**Given data**
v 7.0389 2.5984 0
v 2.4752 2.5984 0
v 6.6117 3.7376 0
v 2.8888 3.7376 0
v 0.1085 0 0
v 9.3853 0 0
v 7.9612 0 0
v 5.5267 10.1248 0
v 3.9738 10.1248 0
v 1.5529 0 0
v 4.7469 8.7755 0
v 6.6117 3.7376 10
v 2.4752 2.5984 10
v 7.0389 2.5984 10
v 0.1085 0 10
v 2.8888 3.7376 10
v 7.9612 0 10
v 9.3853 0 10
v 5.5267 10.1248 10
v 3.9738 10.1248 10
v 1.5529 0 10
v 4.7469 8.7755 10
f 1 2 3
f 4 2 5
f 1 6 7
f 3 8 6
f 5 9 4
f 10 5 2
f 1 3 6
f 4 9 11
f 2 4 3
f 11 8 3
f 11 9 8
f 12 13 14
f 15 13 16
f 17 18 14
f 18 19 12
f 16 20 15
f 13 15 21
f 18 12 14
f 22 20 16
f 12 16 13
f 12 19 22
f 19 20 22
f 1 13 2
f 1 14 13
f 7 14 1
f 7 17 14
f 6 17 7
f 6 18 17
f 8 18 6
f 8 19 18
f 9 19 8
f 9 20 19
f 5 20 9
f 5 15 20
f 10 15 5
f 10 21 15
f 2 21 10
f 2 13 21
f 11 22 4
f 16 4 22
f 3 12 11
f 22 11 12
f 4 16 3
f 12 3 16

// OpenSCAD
// Generated by SolidPython 1.1.3 on 2025-02-16 19:45:43


linear_extrude(height = 10) {
	text(font = "Ariel", size = 10, text = "A");
}
/***********************************************
*********      SolidPython code:      **********
************************************************
 
from solid import *
from solid.utils import *
import subprocess

def letter_3d(letter, size, font):
    letter_2d = text(text=letter, size=size, font=font)

    letter_3d = linear_extrude(height=size)(letter_2d)

    return letter_3d

def intersection_3d(letter1, letter2, size, font):
    letter1_3d = letter_3d(letter1, size, font)
    letter2_3d = letter_3d(letter2, size, font)

    letter2_3d = rotate(a=90, v=[1,0,0])(letter2_3d)

    intersect = intersection()(letter1_3d, letter2_3d)

    return intersect



if __name__ == "__main__":
    # shape = intersection_3d("A", "B", 10, "Arial")
    shapeA = letter_3d("A", 10, "Ariel")
    scad_render_to_file(shapeA, 'A.scad')

    shapeB = letter_3d("B", 10, "Ariel")
    shapeB = rotate(a=90, v=[1,0,0])(shapeB)

    final = intersection()(shapeA, shapeB)

    
    scad_render_to_file(final, "final.scad")

    # subprocess.run(["C:\\Program Files\\OpenSCAD\\openscad.exe", "-o", "A.stl", "A.scad"])
    # subprocess.run(["C:\\Program Files\\OpenSCAD\\openscad.exe", "-o", "B.stl", "B.scad"])

    subprocess.run(["C:\\Program Files\\OpenSCAD\\openscad.exe", "-o", "final.stl", "final.scad"])

 
 
************************************************/
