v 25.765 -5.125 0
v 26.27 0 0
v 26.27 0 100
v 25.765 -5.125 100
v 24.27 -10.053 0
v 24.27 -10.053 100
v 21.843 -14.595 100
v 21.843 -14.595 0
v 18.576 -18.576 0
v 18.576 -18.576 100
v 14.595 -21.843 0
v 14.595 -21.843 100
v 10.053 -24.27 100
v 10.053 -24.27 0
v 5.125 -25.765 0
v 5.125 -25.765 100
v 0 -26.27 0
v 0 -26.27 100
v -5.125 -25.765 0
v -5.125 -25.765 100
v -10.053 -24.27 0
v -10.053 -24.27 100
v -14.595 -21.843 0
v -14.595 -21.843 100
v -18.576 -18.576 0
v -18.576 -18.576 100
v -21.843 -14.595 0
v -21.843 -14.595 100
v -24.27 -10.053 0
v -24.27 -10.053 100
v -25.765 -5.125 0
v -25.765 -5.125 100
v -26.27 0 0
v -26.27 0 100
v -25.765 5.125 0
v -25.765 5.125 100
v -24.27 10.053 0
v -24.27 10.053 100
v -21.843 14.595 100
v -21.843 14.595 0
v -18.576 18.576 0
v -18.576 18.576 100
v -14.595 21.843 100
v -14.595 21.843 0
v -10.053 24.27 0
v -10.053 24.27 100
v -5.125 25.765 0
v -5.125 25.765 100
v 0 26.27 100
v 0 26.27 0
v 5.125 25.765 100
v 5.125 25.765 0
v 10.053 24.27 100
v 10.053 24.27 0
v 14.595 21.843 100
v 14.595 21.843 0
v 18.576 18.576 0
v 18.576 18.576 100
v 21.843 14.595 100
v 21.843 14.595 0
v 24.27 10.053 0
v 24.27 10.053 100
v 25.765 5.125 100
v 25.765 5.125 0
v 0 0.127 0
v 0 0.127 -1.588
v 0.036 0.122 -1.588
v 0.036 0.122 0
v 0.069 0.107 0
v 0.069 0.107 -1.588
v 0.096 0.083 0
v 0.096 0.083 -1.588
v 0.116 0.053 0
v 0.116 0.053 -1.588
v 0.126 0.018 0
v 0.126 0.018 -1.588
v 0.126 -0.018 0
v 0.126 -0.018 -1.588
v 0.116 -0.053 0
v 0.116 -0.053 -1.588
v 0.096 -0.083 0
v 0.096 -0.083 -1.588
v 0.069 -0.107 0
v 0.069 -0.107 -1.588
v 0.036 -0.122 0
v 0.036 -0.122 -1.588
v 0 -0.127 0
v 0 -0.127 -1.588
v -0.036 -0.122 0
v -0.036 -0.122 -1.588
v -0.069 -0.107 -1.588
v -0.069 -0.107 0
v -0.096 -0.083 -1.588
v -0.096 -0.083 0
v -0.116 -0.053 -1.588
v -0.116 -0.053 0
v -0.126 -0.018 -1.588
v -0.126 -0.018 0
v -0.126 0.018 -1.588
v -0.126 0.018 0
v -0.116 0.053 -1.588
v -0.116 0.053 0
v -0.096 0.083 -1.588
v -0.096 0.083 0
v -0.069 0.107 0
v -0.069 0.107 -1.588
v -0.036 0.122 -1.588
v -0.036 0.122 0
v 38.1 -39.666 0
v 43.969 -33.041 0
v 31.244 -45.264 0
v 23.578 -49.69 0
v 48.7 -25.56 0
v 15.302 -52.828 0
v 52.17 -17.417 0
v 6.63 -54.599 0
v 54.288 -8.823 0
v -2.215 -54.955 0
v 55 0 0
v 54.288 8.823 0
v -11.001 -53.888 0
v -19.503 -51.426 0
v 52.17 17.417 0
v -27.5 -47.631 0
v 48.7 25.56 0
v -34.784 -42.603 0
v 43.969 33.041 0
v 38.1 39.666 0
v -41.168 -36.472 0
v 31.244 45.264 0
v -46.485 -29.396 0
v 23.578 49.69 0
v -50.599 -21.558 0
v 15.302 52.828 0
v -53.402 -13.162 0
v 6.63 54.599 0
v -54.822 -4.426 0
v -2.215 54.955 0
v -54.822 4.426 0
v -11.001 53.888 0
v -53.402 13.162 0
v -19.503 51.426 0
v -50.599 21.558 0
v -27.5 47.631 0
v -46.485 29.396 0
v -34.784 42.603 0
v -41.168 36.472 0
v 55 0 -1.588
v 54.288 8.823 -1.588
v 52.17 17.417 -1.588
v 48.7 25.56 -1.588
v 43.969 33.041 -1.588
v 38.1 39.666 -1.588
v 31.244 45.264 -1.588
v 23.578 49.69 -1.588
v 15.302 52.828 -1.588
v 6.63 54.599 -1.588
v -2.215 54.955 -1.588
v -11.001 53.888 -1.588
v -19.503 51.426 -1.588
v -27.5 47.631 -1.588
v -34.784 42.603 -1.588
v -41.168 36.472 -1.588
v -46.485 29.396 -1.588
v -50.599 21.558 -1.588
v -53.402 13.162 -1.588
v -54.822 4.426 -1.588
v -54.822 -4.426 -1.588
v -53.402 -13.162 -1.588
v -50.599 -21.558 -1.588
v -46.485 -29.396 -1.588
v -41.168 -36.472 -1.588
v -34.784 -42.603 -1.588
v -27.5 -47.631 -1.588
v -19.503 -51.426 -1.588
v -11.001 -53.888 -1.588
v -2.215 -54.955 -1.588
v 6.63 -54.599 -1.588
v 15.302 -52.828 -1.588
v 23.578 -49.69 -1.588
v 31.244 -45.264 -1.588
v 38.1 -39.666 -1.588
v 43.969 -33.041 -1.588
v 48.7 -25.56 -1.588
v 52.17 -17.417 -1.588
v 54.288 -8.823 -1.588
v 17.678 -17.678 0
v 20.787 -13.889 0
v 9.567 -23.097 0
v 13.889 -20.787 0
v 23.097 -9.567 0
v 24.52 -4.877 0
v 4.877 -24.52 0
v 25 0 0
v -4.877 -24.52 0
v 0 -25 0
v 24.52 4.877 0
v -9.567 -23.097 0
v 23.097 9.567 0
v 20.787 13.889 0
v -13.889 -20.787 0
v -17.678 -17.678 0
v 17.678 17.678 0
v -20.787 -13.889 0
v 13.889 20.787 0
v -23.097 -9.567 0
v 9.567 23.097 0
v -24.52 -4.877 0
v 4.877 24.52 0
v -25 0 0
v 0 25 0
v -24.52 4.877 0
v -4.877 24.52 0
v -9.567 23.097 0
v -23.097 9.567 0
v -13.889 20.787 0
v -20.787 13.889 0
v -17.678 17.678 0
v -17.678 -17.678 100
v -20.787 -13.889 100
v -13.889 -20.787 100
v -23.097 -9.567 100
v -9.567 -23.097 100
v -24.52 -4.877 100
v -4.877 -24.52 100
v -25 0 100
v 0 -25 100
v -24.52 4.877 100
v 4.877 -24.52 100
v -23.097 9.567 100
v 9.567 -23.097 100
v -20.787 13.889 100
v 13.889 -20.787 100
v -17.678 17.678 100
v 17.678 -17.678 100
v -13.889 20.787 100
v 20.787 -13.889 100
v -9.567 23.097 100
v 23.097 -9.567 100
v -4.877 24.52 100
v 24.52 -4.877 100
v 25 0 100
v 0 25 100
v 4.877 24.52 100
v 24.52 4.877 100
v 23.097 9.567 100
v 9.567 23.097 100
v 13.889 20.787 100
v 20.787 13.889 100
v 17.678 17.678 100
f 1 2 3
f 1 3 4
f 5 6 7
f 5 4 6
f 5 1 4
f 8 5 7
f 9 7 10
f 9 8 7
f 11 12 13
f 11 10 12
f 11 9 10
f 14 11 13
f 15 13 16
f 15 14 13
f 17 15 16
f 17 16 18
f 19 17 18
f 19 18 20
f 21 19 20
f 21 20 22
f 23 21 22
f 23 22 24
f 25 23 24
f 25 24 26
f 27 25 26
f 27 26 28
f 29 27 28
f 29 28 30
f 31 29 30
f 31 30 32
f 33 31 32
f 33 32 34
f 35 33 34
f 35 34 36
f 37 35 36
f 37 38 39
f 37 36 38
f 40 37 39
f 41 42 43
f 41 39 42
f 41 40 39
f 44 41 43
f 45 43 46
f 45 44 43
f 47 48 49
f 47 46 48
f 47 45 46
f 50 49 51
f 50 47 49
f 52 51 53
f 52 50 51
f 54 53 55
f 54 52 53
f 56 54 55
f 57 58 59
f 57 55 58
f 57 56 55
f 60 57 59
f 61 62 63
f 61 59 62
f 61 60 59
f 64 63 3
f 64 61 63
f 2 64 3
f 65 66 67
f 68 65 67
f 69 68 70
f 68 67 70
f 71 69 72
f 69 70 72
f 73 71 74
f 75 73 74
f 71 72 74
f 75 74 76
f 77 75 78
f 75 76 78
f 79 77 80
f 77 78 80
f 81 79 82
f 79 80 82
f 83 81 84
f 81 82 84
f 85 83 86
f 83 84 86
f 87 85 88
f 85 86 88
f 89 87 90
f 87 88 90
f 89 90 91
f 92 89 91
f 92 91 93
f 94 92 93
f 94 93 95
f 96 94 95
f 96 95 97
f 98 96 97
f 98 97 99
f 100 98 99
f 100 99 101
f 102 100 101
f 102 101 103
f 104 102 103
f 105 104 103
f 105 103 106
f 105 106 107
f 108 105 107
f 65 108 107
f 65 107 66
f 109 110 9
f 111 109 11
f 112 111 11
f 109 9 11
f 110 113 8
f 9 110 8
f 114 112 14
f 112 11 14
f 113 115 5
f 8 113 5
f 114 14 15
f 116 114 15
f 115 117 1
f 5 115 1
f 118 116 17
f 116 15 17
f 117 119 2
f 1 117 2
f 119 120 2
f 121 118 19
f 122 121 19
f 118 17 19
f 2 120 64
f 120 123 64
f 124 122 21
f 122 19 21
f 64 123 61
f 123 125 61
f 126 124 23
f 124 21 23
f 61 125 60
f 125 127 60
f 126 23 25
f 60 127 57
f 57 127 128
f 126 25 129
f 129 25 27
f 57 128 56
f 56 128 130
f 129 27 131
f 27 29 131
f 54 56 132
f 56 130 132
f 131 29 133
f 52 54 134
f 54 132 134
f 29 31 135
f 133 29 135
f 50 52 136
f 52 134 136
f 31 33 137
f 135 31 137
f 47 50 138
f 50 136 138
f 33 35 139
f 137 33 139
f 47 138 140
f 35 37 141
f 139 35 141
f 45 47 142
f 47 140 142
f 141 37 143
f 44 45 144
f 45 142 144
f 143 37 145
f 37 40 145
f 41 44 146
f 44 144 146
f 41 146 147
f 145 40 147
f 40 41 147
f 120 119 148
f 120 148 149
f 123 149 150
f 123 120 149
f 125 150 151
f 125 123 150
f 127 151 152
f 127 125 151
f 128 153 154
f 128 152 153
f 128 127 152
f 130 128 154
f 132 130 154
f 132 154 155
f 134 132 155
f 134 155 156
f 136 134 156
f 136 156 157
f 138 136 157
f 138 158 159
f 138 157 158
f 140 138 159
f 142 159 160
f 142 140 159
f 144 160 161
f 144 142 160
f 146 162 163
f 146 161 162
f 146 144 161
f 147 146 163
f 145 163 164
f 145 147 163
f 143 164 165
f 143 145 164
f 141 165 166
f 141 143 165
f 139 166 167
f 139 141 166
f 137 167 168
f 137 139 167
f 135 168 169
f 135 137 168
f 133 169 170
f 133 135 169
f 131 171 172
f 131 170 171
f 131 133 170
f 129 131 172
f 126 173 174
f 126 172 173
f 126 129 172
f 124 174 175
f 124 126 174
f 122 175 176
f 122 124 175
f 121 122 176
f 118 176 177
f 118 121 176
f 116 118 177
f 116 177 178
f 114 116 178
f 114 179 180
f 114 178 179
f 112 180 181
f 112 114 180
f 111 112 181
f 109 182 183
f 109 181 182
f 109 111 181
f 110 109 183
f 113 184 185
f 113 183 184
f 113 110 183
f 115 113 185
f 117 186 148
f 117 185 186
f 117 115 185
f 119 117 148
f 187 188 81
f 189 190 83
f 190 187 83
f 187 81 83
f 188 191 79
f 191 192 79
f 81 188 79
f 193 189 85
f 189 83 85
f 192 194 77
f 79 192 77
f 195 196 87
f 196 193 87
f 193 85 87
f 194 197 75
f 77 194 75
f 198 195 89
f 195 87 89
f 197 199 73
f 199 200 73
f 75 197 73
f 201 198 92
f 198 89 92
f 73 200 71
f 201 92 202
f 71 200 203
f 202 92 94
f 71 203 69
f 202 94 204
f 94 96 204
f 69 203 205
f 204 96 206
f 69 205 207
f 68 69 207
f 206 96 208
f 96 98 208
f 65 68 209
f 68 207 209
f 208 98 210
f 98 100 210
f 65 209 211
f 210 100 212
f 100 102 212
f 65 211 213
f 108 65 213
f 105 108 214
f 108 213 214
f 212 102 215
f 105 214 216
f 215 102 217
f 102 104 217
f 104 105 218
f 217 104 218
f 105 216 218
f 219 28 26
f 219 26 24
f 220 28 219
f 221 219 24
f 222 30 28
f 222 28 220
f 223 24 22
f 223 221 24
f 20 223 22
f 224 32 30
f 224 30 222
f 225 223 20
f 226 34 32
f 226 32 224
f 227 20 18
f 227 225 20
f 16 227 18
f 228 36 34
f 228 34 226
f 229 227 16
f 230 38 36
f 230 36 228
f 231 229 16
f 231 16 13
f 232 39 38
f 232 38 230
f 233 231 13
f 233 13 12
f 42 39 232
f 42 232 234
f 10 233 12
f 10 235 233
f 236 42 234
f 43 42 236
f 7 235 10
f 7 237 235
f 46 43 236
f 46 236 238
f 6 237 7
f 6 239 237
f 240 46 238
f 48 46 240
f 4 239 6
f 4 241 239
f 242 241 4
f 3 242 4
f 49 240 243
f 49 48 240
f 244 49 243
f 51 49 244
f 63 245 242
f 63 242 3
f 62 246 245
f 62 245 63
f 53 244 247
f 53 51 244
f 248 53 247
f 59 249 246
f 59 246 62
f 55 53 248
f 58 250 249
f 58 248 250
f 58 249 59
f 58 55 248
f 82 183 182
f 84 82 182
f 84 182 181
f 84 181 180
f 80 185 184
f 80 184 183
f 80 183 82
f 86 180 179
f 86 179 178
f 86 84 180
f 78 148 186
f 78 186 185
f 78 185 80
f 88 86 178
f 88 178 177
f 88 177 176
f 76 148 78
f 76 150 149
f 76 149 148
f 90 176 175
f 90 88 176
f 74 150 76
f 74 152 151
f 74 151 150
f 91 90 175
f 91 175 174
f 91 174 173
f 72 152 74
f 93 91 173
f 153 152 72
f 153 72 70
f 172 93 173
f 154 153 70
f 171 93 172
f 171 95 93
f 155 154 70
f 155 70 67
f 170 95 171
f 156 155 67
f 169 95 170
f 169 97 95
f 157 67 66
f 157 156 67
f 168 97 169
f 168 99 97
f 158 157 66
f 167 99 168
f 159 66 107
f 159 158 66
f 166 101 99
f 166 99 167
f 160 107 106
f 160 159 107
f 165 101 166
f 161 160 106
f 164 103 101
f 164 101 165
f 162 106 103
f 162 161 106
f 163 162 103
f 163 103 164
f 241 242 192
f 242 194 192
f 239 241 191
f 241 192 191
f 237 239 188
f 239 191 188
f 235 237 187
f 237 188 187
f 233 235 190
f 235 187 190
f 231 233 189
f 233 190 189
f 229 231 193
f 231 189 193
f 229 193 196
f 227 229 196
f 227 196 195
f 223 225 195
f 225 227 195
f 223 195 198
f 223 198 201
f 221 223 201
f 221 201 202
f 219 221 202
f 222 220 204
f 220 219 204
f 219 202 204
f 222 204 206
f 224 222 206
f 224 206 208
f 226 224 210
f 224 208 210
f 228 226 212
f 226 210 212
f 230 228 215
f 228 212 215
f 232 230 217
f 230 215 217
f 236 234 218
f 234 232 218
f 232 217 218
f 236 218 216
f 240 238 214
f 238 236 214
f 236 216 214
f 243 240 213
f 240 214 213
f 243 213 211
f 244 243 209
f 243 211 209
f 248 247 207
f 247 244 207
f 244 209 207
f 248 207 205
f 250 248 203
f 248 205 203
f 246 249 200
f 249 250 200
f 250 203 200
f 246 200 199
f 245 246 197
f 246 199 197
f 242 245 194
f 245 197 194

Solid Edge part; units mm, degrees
sketch "Sketch1" plane through (0, 0, 0) normal (0, 0, 1) x (1, 0, 0)
  circle A0 centre (0, 0) radius 25
  circle A1 centre (0, 0) radius 26.27
  dimension "D1" = 50
  dimension "D2" = 1.27
extrude "Protrusion1" add sketch "Sketch1" along normal blind 100
sketch "Sketch2" plane through (0, 0, 0) normal (0, 0, -1) x (1, 0, 0)
  circle A0 centre (0, 0) radius 55
extrude "ExtrudedProtrusion_2" add sketch "Sketch2" along normal blind 1.5875
sketch "Sketch3" plane through (0, 0, -1.5875) normal (0, 0, -1) x (0, 1, 0)
  circle A0 centre (0, 0) radius 0.127
extrude "Cutout1" cut sketch "Sketch3" against normal through all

**What to work on**
Would you copy, unchanged, the stretch of the records above that begins at the line containing "v -17.678 -17.678 0" and ends at the line containing "f 112 11 14", and only that?

**Answer to this task**
v -17.678 -17.678 0
v 17.678 17.678 0
v -20.787 -13.889 0
v 13.889 20.787 0
v -23.097 -9.567 0
v 9.567 23.097 0
v -24.52 -4.877 0
v 4.877 24.52 0
v -25 0 0
v 0 25 0
v -24.52 4.877 0
v -4.877 24.52 0
v -9.567 23.097 0
v -23.097 9.567 0
v -13.889 20.787 0
v -20.787 13.889 0
v -17.678 17.678 0
v -17.678 -17.678 100
v -20.787 -13.889 100
v -13.889 -20.787 100
v -23.097 -9.567 100
v -9.567 -23.097 100
v -24.52 -4.877 100
v -4.877 -24.52 100
v -25 0 100
v 0 -25 100
v -24.52 4.877 100
v 4.877 -24.52 100
v -23.097 9.567 100
v 9.567 -23.097 100
v -20.787 13.889 100
v 13.889 -20.787 100
v -17.678 17.678 100
v 17.678 -17.678 100
v -13.889 20.787 100
v 20.787 -13.889 100
v -9.567 23.097 100
v 23.097 -9.567 100
v -4.877 24.52 100
v 24.52 -4.877 100
v 25 0 100
v 0 25 100
v 4.877 24.52 100
v 24.52 4.877 100
v 23.097 9.567 100
v 9.567 23.097 100
v 13.889 20.787 100
v 20.787 13.889 100
v 17.678 17.678 100
f 1 2 3
f 1 3 4
f 5 6 7
f 5 4 6
f 5 1 4
f 8 5 7
f 9 7 10
f 9 8 7
f 11 12 13
f 11 10 12
f 11 9 10
f 14 11 13
f 15 13 16
f 15 14 13
f 17 15 16
f 17 16 18
f 19 17 18
f 19 18 20
f 21 19 20
f 21 20 22
f 23 21 22
f 23 22 24
f 25 23 24
f 25 24 26
f 27 25 26
f 27 26 28
f 29 27 28
f 29 28 30
f 31 29 30
f 31 30 32
f 33 31 32
f 33 32 34
f 35 33 34
f 35 34 36
f 37 35 36
f 37 38 39
f 37 36 38
f 40 37 39
f 41 42 43
f 41 39 42
f 41 40 39
f 44 41 43
f 45 43 46
f 45 44 43
f 47 48 49
f 47 46 48
f 47 45 46
f 50 49 51
f 50 47 49
f 52 51 53
f 52 50 51
f 54 53 55
f 54 52 53
f 56 54 55
f 57 58 59
f 57 55 58
f 57 56 55
f 60 57 59
f 61 62 63
f 61 59 62
f 61 60 59
f 64 63 3
f 64 61 63
f 2 64 3
f 65 66 67
f 68 65 67
f 69 68 70
f 68 67 70
f 71 69 72
f 69 70 72
f 73 71 74
f 75 73 74
f 71 72 74
f 75 74 76
f 77 75 78
f 75 76 78
f 79 77 80
f 77 78 80
f 81 79 82
f 79 80 82
f 83 81 84
f 81 82 84
f 85 83 86
f 83 84 86
f 87 85 88
f 85 86 88
f 89 87 90
f 87 88 90
f 89 90 91
f 92 89 91
f 92 91 93
f 94 92 93
f 94 93 95
f 96 94 95
f 96 95 97
f 98 96 97
f 98 97 99
f 100 98 99
f 100 99 101
f 102 100 101
f 102 101 103
f 104 102 103
f 105 104 103
f 105 103 106
f 105 106 107
f 108 105 107
f 65 108 107
f 65 107 66
f 109 110 9
f 111 109 11
f 112 111 11
f 109 9 11
f 110 113 8
f 9 110 8
f 114 112 14
f 112 11 14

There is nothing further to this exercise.